I am reading Maxwell's "a treatise on electricity and magnetism, Volume 2, page 156" about "Ampere's Force Law". I have some confusion in the following pages:

My question is of two parts:

1. Equation 20, i.e. $P=\dfrac{B+C}{2r}$ is the outcome of special case (i.e. l=1, m=0, n=0)

But in Page 156, Article 517, Maxwell says: "We can now eliminate P, and find the general value of $\dfrac{dX}{ds}$" and uses this formula (i.e. $P=\dfrac{B+C}{2r}$) in the general case.

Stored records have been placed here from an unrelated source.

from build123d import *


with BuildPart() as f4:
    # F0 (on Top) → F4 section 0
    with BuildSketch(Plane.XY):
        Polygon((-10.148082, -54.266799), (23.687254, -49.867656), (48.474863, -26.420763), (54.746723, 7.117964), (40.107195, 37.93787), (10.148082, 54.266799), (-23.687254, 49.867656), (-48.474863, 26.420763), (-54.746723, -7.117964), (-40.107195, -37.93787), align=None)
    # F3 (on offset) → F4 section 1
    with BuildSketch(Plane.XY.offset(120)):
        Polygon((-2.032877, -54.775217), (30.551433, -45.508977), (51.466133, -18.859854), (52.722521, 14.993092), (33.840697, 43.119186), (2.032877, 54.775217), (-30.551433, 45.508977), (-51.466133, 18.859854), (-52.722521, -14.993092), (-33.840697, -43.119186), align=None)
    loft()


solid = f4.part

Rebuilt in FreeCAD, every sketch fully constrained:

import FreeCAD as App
import Part
import Sketcher


def add_polygon(sketch, points):
    """Adds a closed chain of lines whose ends are joined by coincident constraints."""
    first, n = sketch.GeometryCount, len(points)
    for a, b in zip(points, points[1:] + points[:1]):
        sketch.addGeometry(Part.LineSegment(App.Vector(*a, 0), App.Vector(*b, 0)), False)
    for i in range(n):
        sketch.addConstraint(Sketcher.Constraint("Coincident", first + i, 2, first + (i + 1) % n, 1))

doc = App.newDocument("Part")
body = doc.addObject("PartDesign::Body", "Body")

# Sketch on XY plane
sketch1 = body.newObject("Sketcher::SketchObject", "Sketch")
sketch1.AttachmentSupport = (doc.getObject("XY_Plane"), [""])
sketch1.MapMode = "FlatFace"
add_polygon(sketch1, [(-10, -54), (24, -50), (48, -26), (55, 7), (40, 38), (10, 54), (-24, 50), (-48, 26), (-55, -7), (-40, -38)])  # lines 0-9
sketch1.addConstraint([
    Sketcher.Constraint("Symmetric", 0, 2, 5, 2, -1, 1),
    Sketcher.Constraint("Symmetric", 1, 2, 6, 2, -1, 1),
    Sketcher.Constraint("Symmetric", 2, 2, 7, 2, -1, 1),
    Sketcher.Constraint("Symmetric", 3, 2, 8, 2, -1, 1),
    Sketcher.Constraint("Symmetric", 4, 2, 9, 2, -1, 1),
    Sketcher.Constraint("Equal", 0, 1),
    Sketcher.Constraint("Equal", 1, 2),
    Sketcher.Constraint("Equal", 2, 3),
    Sketcher.Constraint("Equal", 3, 4),
    Sketcher.Constraint("DistanceY", -1, 1, 4, 2, 54.266799),
    Sketcher.Constraint("DistanceY", 2, 2, 6, 2, 19.302799),
    Sketcher.Constraint("DistanceY", -1, 1, 3, 2, 37.93787),
    Sketcher.Constraint("DistanceX", 0, 2, 1, 2, 24.787609),
    Sketcher.Constraint("DistanceX", 1, 2, 2, 2, 6.27186),
    Sketcher.Constraint("DistanceY", 0, 2, 2, 2, 56.98562),
])

# Sketch on XY plane
sketch2 = body.newObject("Sketcher::SketchObject", "Sketch001")
sketch2.AttachmentSupport = (doc.getObject("XY_Plane"), [""])
sketch2.MapMode = "FlatFace"
sketch2.AttachmentOffset = App.Placement(App.Vector(0, 0, 120), App.Rotation())
add_polygon(sketch2, [(-2, -55), (31, -46), (51, -19), (53, 15), (34, 43), (2, 55), (-31, 46), (-51, 19), (-53, -15), (-34, -43)])  # lines 0-9
sketch2.addConstraint([
    Sketcher.Constraint("Symmetric", 0, 2, 5, 2, -1, 1),
    Sketcher.Constraint("Symmetric", 1, 2, 6, 2, -1, 1),
    Sketcher.Constraint("Symmetric", 2, 2, 7, 2, -1, 1),
    Sketcher.Constraint("Symmetric", 3, 2, 8, 2, -1, 1),
    Sketcher.Constraint("Symmetric", 4, 2, 9, 2, -1, 1),
    Sketcher.Constraint("Equal", 0, 1),
    Sketcher.Constraint("Equal", 1, 2),
    Sketcher.Constraint("Equal", 2, 3),
    Sketcher.Constraint("Equal", 3, 4),
    Sketcher.Constraint("DistanceX", 0, 2, 1, 2, 20.9147),
    Sketcher.Constraint("Distance", 1, 33.876252),
    Sketcher.Constraint("DistanceX", -1, 1, 2, 2, 52.722521),
    Sketcher.Constraint("DistanceX", 1, 2, 2, 2, 1.256388),
    Sketcher.Constraint("DistanceY", 1, 2, 3, 2, 61.97904),
    Sketcher.Constraint("DistanceX", 4, 2, 3, 2, 31.80782),
])

additiveloft = body.newObject("PartDesign::AdditiveLoft", "AdditiveLoft")
additiveloft.Profile = sketch1
additiveloft.Sections = [sketch2]

doc.recompute()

However in the general case, where 0 < l, m, n < 1, and hence $$\dfrac{d^{2}X}{dsds'}=l\left( \frac{dP}{ds'}\xi^{2}-\dfrac{dQ}{ds'}+(B+C)\dfrac{l'\xi}{r}\right) +m(...)+n(...)\neq0$$ (since direction of X is not in the direction of ds)

therefore, $$\dfrac{dX}{ds}=l\left[ (P\xi^{2}-Q)_{(s',0)}-\int\limits_0^s' (2Pr-B-C)\dfrac{l'\xi}{r}ds'\right] +m\int\limits_0^s'(...)ds'+n\int\limits_0^s'(...)ds'$$ Now in this general case, how can we get $P=\dfrac{B+C}{2r}$.

If $P\neq\dfrac{B+C}{2r}$ in general case, what does Maxwell mean by "We can now eliminate P, and find the general value of $\dfrac{dX}{ds}$"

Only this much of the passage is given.